* Supplied records:
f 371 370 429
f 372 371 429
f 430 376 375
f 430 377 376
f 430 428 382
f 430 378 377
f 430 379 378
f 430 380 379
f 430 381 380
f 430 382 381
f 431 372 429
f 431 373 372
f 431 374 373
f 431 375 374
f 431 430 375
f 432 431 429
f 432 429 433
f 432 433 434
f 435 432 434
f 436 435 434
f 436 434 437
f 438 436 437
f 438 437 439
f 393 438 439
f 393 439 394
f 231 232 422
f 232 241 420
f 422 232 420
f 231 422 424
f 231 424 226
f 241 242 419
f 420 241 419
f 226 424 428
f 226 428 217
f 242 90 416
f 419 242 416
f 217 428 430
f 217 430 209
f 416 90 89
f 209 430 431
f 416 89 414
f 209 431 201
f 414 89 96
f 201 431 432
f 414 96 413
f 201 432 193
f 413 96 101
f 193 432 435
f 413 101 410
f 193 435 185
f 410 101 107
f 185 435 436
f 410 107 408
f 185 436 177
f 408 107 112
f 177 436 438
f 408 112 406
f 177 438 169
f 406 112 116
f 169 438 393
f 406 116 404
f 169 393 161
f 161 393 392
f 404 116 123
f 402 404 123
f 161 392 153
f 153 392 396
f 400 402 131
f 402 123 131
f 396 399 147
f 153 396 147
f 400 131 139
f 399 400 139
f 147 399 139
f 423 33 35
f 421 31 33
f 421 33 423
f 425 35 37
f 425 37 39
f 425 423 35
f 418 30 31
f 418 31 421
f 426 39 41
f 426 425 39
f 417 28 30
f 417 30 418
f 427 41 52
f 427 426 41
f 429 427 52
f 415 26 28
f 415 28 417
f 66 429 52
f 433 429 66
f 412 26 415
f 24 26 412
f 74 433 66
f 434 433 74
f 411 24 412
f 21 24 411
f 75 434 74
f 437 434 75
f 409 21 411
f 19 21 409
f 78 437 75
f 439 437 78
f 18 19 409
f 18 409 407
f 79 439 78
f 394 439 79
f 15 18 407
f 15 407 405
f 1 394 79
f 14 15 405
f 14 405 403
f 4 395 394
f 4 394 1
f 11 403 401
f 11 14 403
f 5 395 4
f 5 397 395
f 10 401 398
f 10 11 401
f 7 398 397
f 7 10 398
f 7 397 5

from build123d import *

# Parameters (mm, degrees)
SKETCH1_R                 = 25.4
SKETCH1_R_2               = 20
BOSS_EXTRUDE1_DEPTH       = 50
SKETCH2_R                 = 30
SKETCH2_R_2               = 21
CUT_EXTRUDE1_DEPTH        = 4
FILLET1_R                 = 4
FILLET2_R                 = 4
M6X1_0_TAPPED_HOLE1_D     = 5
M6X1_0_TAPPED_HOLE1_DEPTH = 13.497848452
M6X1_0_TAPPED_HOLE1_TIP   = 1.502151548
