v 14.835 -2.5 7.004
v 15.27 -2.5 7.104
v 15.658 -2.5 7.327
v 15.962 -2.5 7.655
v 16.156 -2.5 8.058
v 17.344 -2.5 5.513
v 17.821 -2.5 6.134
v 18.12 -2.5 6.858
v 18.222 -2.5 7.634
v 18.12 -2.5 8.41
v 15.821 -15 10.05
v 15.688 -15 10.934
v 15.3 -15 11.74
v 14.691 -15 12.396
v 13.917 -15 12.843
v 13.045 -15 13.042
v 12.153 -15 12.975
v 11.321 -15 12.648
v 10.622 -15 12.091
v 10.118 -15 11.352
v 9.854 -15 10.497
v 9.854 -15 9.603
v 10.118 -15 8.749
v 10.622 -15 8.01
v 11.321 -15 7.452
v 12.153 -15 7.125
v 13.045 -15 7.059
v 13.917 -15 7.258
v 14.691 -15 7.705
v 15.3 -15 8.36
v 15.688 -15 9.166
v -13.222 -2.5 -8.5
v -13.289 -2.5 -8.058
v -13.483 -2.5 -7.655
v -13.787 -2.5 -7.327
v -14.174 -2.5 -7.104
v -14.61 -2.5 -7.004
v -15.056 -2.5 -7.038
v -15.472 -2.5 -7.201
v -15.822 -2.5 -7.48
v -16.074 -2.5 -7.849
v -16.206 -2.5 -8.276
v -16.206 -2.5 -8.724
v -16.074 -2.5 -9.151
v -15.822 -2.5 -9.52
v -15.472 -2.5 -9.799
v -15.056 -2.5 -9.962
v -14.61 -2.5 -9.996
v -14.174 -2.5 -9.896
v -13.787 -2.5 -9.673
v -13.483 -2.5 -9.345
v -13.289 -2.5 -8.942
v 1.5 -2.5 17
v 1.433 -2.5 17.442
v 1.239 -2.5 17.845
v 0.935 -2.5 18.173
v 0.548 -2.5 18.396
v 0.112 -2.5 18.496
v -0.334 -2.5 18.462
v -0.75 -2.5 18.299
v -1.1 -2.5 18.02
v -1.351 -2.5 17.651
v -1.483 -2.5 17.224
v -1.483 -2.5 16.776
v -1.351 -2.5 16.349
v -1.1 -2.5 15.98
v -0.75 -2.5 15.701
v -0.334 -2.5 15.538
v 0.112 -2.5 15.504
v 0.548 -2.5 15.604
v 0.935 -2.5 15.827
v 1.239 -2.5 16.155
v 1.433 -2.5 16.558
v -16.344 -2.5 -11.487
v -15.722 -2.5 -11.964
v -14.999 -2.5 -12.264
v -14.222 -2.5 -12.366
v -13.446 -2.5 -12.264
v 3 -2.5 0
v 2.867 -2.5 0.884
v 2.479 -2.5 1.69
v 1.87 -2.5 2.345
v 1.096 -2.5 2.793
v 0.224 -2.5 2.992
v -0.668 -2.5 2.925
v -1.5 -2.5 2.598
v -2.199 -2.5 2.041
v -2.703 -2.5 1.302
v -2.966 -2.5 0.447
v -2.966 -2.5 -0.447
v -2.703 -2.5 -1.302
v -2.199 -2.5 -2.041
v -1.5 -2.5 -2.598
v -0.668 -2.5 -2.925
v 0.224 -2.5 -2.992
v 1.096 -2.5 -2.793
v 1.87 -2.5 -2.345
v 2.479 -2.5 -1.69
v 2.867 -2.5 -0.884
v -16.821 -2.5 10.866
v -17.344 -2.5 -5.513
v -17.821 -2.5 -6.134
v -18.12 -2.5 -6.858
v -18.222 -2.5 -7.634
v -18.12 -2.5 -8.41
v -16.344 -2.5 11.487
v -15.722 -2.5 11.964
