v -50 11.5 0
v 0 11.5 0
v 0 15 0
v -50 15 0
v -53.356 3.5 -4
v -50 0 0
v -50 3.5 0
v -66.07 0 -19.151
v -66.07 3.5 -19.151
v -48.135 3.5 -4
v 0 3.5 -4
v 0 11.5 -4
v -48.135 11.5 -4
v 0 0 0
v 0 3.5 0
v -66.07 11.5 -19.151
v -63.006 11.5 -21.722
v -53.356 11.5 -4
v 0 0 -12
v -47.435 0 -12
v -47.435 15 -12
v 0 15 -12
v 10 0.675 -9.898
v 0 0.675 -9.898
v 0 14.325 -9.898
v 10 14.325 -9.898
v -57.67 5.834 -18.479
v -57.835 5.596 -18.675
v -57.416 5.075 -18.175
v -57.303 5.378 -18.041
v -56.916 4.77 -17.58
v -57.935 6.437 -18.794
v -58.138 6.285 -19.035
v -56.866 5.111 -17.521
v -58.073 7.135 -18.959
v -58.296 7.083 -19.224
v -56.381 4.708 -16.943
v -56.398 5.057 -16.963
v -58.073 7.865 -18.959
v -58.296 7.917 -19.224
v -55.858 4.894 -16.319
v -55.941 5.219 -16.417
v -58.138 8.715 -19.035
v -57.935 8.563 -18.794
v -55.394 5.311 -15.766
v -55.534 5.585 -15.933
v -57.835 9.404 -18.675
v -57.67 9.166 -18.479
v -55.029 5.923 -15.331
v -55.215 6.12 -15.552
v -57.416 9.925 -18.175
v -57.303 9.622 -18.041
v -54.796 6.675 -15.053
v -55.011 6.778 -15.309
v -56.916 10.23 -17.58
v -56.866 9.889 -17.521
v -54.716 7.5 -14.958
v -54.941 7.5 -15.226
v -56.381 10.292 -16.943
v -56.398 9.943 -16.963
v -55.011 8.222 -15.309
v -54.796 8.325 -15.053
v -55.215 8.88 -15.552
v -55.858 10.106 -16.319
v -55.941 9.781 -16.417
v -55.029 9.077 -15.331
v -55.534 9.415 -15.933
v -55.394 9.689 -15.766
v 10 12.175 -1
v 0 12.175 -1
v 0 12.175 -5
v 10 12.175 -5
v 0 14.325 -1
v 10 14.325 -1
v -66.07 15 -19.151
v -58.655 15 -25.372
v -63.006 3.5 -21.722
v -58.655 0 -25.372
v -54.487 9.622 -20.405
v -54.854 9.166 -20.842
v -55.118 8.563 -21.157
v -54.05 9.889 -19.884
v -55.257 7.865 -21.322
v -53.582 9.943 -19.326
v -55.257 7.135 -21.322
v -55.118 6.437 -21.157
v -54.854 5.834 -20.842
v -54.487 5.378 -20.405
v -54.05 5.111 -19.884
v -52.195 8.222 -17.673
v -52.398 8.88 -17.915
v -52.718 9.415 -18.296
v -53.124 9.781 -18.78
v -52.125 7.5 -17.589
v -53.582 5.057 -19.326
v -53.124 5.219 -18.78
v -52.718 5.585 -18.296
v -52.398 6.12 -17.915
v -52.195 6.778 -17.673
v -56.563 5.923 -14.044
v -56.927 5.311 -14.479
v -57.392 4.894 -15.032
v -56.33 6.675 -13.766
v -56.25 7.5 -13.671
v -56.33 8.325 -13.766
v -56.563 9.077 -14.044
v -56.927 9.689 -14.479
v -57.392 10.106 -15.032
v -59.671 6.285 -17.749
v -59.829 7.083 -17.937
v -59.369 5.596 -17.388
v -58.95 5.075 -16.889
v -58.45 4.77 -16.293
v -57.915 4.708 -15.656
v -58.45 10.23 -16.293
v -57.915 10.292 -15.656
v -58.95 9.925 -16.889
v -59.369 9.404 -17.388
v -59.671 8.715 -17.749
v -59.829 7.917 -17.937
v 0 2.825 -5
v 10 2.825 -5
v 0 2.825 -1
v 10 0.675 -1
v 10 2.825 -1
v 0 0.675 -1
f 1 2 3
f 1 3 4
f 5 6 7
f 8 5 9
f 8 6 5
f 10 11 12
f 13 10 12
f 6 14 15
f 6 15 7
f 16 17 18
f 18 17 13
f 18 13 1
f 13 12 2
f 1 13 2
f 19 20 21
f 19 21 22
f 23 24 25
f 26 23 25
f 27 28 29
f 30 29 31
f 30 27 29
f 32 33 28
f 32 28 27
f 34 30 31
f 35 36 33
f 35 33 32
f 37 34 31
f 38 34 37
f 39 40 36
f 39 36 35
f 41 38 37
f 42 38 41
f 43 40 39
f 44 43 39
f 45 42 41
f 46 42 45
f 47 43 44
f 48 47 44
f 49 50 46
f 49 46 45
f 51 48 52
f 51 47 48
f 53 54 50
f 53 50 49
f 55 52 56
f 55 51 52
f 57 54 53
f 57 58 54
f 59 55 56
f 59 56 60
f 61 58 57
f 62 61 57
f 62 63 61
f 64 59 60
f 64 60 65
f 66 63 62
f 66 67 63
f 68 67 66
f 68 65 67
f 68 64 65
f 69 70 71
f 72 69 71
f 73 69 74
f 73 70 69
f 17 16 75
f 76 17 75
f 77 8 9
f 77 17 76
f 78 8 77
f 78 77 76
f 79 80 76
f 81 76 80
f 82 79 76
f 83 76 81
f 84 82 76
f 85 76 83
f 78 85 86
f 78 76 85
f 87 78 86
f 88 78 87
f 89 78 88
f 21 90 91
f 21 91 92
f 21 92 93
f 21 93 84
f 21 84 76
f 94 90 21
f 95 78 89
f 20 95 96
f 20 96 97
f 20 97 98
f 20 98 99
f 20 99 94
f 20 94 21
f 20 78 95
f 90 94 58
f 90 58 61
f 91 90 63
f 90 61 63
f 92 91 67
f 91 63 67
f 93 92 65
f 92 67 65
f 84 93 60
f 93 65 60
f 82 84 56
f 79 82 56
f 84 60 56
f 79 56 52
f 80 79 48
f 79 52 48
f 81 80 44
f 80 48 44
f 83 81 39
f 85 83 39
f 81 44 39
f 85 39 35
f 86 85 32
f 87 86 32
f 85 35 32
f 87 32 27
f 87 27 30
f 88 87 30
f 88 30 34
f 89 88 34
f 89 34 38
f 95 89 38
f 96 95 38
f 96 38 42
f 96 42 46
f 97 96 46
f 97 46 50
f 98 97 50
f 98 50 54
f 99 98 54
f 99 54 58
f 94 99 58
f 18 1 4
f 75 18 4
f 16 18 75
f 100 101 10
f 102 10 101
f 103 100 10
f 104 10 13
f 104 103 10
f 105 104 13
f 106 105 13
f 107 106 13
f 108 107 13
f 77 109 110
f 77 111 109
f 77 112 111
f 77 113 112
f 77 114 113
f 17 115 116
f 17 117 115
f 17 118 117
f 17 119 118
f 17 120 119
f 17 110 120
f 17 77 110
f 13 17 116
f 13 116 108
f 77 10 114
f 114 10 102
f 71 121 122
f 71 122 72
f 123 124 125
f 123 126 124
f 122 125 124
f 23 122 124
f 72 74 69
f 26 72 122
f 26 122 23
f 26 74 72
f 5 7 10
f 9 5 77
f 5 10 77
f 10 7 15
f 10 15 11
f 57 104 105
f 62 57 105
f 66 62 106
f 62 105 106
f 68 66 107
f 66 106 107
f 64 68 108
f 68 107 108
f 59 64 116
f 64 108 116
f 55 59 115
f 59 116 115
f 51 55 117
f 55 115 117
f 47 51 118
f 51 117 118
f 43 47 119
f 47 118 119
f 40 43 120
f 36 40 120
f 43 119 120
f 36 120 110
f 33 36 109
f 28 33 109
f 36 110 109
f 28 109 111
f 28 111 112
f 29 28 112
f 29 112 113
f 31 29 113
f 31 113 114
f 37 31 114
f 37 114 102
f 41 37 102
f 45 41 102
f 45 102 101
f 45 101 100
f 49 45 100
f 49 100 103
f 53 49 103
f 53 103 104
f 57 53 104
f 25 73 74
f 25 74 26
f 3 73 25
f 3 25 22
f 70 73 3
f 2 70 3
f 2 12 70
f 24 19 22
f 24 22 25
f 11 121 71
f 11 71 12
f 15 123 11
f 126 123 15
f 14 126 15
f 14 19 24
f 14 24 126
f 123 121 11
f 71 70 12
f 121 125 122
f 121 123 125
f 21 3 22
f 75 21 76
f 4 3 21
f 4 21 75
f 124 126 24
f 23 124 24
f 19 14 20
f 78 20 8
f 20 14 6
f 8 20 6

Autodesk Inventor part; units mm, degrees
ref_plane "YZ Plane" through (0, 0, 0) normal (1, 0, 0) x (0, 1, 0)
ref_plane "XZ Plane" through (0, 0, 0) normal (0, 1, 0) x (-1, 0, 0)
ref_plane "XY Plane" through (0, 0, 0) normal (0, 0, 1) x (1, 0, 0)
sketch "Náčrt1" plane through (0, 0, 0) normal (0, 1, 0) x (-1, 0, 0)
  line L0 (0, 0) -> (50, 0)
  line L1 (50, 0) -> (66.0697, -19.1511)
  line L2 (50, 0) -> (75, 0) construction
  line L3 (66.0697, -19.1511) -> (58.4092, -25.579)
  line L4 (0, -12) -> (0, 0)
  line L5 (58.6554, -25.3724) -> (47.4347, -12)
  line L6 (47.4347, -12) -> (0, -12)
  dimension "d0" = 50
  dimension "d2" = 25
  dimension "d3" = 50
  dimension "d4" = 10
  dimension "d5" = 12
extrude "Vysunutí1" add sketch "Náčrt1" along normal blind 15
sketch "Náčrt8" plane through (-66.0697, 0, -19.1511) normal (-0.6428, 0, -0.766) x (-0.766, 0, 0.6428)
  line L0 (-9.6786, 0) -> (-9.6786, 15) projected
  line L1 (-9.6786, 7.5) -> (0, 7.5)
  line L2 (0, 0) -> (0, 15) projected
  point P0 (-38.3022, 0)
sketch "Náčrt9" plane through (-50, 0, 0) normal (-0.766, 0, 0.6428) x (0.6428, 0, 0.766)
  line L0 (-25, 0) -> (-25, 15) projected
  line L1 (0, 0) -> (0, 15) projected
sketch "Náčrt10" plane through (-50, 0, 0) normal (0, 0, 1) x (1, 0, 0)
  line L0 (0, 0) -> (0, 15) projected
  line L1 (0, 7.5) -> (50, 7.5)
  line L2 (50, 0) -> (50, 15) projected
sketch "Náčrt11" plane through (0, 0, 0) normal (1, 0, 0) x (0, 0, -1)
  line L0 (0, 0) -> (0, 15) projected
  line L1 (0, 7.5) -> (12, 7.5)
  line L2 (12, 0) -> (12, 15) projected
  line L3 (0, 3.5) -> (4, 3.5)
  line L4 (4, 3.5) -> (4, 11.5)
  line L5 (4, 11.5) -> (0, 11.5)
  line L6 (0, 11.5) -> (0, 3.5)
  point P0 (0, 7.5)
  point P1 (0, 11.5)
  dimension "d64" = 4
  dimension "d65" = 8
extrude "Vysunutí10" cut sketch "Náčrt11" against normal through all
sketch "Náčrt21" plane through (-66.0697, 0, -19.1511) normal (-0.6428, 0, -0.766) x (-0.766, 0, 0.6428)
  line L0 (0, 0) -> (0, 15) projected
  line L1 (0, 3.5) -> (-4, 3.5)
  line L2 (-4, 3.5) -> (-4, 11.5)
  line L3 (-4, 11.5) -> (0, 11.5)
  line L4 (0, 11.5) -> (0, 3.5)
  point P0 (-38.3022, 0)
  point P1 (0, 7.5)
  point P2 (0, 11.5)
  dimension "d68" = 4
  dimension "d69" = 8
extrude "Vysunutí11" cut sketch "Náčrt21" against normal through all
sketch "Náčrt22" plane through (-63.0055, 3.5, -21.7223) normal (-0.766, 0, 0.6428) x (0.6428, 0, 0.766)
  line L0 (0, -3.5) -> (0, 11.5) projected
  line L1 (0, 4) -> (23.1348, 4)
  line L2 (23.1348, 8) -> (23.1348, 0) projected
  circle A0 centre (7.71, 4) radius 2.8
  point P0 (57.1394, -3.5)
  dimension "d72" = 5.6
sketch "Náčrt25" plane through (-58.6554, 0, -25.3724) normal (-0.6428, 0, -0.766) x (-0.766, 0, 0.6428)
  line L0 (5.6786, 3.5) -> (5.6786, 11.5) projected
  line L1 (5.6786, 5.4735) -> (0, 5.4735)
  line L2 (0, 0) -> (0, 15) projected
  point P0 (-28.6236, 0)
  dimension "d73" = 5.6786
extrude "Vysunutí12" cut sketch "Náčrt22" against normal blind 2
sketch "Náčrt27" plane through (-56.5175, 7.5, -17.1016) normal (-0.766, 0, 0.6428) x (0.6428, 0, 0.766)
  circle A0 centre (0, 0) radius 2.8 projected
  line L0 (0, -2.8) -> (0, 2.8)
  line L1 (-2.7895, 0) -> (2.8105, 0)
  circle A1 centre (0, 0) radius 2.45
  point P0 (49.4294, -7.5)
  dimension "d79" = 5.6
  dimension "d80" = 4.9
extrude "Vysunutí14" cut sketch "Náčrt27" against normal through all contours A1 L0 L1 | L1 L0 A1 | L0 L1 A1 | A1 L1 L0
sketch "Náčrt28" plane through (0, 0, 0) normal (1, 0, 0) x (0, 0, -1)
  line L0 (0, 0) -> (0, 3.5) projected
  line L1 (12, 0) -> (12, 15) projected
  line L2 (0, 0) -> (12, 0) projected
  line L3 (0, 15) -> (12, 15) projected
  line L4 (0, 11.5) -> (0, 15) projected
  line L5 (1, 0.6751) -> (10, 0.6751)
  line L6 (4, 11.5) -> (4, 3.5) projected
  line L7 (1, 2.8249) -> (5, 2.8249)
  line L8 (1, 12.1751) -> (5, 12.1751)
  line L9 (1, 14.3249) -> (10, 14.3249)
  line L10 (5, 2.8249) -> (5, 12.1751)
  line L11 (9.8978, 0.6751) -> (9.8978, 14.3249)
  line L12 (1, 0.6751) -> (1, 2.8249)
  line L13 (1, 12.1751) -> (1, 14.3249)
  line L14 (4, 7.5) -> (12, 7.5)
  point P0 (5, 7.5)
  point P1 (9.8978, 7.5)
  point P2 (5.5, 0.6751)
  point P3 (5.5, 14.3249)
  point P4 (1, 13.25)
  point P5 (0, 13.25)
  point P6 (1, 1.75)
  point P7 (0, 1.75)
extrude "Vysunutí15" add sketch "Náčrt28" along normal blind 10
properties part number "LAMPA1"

* About this exercise:
Restate, word for word and without additions, every line from the top of the listing above through the line that contains "f 400 131 139".

* Expected output:
f 371 370 429
f 372 371 429
f 430 376 375
f 430 377 376
f 430 428 382
f 430 378 377
f 430 379 378
f 430 380 379
f 430 381 380
f 430 382 381
f 431 372 429
f 431 373 372
f 431 374 373
f 431 375 374
f 431 430 375
f 432 431 429
f 432 429 433
f 432 433 434
f 435 432 434
f 436 435 434
f 436 434 437
f 438 436 437
f 438 437 439
f 393 438 439
f 393 439 394
f 231 232 422
f 232 241 420
f 422 232 420
f 231 422 424
f 231 424 226
f 241 242 419
f 420 241 419
f 226 424 428
f 226 428 217
f 242 90 416
f 419 242 416
f 217 428 430
f 217 430 209
f 416 90 89
f 209 430 431
f 416 89 414
f 209 431 201
f 414 89 96
f 201 431 432
f 414 96 413
f 201 432 193
f 413 96 101
f 193 432 435
f 413 101 410
f 193 435 185
f 410 101 107
f 185 435 436
f 410 107 408
f 185 436 177
f 408 107 112
f 177 436 438
f 408 112 406
f 177 438 169
f 406 112 116
f 169 438 393
f 406 116 404
f 169 393 161
f 161 393 392
f 404 116 123
f 402 404 123
f 161 392 153
f 153 392 396
f 400 402 131
f 402 123 131
f 396 399 147
f 153 396 147
f 400 131 139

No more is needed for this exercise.